Your assets include things you can convert to cash: cash (obviously), the money in your business bank accounts, any money that is owed to your practice, any inventory that you have waiting to be sold, and expenses you’ve pre-paid (rent, for example), reference books, and (probably our biggest category) office and massage equipment (massage table, CDs, linens, laptops, printers, etc.). If you ever added all this up, you may be surprised how many thousands of dollars you have in assets.

Your liabilities are things like the balance on business loans, taxes you will need to pay for this quarter, outstanding bills, and (one that we don’t always think about) outstanding gift certificates and packages. In short, liabilities represent money or services you still owe.

Balance sheets are particularly valuable for comparison. That is, if you generated a balance sheet for the last day of 2010 and another one for the last day of 2011, you could see if your net worth went up over the course of 2011.

Is my practice actually profitable (how much money am I really making)?

We become massage therapists to help people but we also want to make money at it. It’s good to have some cash in our pocket but is our practice actually supporting itself? Are we making more than we’re spending? How much more?

To learn that, you want to create an income statement (it’s also known as a Profit and Loss statement). The income statement lists all the money you made in a period of time (usually a month, quarter, or year) and then lists all your expenses for that same time period. Hopefully, the income is more than the expenses! That’s called your profit.

If you do your bookkeeping through a program like Quicken or Quikbooks, the software can easily create this report for you. If you do your bookkeeping in something like Excel or on paper, it’s just a matter of adding up the columns.

This may sound suspiciously like the Schedule C you fill out for your annual income tax return. It is very close to your schedule C. In fact, I usually create an income statement to help me fill out my schedule C.

Like the balance sheet, it’s especially helpful when you want to compare one time period to another. Did you make more money in the 1st quarter or the 2nd quarter of 2011? Was 2010 or 2009 more profitable for you?

Will I Have Enough Cash to Pay My Bills?

We usually know how much cash we have right now because our clients pay as they go. Cash flow can be a challenge for us, though, if we sell a lot of gift certificates or packages. What happens if most of our clients in one week pay with gift certificates? We don’t end up making much money that week!

A cash flow report helps us anticipate periods of low income or high expenses. There may be software that helps with this but I find it to be mostly a pencil-n-paper exercise (though I keep mine in Excel). List the months of the year and write down the big expenses you know you’ve got coming up.
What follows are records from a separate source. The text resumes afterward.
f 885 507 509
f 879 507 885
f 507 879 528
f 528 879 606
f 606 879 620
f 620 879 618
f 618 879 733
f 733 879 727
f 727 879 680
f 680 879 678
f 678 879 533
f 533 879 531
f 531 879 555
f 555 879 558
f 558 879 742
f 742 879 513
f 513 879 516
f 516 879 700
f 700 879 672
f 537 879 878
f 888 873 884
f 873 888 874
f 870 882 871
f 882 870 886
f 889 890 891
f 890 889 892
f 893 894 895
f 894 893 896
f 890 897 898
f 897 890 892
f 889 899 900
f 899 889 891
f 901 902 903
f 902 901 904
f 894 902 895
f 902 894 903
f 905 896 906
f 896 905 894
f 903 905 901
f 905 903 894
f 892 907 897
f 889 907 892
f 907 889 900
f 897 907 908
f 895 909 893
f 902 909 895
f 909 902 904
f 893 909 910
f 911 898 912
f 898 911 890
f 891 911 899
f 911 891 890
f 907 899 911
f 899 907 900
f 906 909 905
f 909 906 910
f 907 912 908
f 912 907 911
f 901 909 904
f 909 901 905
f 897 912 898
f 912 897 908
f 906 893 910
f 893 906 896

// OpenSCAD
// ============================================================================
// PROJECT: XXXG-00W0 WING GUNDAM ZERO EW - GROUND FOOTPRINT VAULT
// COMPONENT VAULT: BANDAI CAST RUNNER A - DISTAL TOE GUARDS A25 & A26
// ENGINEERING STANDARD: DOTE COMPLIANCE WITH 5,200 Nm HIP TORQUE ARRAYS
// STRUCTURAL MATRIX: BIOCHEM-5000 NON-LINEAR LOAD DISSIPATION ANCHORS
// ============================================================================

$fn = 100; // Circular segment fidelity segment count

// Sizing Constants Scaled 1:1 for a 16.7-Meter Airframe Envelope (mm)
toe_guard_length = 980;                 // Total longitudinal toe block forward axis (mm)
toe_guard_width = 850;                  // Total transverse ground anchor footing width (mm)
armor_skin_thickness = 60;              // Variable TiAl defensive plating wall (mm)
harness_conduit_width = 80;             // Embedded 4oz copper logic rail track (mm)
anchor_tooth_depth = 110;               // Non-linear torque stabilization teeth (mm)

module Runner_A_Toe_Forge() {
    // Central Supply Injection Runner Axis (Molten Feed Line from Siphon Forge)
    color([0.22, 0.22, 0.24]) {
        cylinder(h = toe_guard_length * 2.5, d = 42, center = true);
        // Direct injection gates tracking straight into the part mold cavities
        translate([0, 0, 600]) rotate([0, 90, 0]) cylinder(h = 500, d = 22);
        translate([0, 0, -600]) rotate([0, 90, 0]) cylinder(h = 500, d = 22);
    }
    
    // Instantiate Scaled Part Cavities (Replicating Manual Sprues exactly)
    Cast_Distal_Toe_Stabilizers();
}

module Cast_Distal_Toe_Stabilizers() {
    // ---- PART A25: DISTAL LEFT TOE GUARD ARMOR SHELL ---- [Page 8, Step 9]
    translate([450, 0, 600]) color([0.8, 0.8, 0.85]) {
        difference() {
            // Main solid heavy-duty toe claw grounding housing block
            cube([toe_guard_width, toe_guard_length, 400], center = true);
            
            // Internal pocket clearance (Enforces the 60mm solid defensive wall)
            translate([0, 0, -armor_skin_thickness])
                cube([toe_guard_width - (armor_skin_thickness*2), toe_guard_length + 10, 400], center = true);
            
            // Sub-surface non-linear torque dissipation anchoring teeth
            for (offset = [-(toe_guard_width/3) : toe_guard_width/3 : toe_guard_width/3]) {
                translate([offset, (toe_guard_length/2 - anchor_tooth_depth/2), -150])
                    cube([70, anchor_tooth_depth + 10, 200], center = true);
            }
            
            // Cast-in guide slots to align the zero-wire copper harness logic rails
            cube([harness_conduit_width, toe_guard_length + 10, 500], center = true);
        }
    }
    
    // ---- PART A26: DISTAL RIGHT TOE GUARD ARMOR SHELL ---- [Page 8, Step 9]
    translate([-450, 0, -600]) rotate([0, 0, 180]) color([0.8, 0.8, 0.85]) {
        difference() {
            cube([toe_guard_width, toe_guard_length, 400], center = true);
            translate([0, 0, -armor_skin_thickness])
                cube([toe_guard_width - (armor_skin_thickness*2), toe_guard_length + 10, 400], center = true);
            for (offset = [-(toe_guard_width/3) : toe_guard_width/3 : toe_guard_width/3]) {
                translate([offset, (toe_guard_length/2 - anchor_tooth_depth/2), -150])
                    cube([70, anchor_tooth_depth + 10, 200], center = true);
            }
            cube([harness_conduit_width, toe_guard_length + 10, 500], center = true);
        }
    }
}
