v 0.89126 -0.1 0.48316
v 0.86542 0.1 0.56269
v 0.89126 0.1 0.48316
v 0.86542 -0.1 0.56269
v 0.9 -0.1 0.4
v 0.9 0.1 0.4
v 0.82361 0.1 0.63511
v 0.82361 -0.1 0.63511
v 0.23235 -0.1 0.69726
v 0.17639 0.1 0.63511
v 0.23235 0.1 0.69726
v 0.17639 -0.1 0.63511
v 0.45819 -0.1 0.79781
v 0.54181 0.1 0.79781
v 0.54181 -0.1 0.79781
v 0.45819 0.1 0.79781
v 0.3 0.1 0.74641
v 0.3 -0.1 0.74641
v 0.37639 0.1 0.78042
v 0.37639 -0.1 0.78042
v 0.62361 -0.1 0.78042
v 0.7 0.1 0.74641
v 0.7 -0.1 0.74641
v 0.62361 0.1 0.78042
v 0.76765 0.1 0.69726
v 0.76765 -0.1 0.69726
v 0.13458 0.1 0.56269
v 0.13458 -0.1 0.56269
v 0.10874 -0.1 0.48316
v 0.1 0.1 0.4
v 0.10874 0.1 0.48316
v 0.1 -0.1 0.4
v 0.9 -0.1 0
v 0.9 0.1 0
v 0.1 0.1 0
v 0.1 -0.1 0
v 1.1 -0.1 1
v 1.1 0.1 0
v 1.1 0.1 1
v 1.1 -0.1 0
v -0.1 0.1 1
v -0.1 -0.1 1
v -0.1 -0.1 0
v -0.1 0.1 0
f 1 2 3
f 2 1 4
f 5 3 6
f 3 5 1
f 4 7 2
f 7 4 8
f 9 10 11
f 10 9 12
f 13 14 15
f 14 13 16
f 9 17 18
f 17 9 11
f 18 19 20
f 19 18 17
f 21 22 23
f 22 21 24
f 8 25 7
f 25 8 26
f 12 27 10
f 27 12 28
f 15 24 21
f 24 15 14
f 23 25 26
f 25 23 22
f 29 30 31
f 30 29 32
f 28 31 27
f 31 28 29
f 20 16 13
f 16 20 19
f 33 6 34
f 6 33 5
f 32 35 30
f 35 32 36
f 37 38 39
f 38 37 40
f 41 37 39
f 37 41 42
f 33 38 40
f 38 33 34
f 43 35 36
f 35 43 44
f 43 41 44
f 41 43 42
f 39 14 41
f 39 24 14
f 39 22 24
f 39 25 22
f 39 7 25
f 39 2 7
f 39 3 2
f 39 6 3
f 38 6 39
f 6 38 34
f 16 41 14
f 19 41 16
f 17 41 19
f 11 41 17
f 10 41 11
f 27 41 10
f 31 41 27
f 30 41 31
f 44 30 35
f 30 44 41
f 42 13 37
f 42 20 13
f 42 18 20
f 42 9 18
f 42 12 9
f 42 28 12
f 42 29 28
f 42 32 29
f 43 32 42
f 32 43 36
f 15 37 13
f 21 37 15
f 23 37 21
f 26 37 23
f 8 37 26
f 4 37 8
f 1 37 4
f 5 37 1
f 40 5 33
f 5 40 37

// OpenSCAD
color([0.3, 0.3, 0.5])
difference() {
    translate([-0.1,-0.1,0])
    cube([1.2, .2, 1], false);

    
    rotate([90, 0, 0])
    {
        translate([.5, .4, 0]) 
        cylinder(.3, .4, .4, center = true,
                 $fn=30);
        translate([.5, 0, 0])
        cube([.8, .8, .3], center = true);
        
    }

}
As much as you can, put them in the month you think they’ll occur. Common examples would be:

• License renewals
• Professional society membership renewal
• Conventions and continuing education (and associated travel expenses)
• Vacations
• Quarterly taxes
• New office equipment (laptop, iPod, cell phone)
• New massage equipment (tables or chairs in particular)
• Gift-giving crunches (like Christmas or, in my family, October!)

This list gives you an idea of your cash outflow.

How do you figure out what your normal monthly inflow is; that is, how much money do you usually make in a month? Take a look at your monthly income for the last year if you haven’t been in practice very long. Notice the highs and lows in your income. That will give you a general idea. If you’ve been in practice a couple of years, it’s worth it to run an income statement for several years, broken down by month. Then you can see what your average monthly income is over several years or you can start to notice whether some months are consistently low or high income months.

Sounds like a lot of work? It’s absolutely worth it if you’re the kind of person who is regularly uncertain / uncomfortable about having enough money to pay your upcoming bills. Putting it down in writing at least gives you a more concrete idea of what you’ll need.

When you need to know how you’re really doing as a business, these three reports can provide you a wealth of valuable information.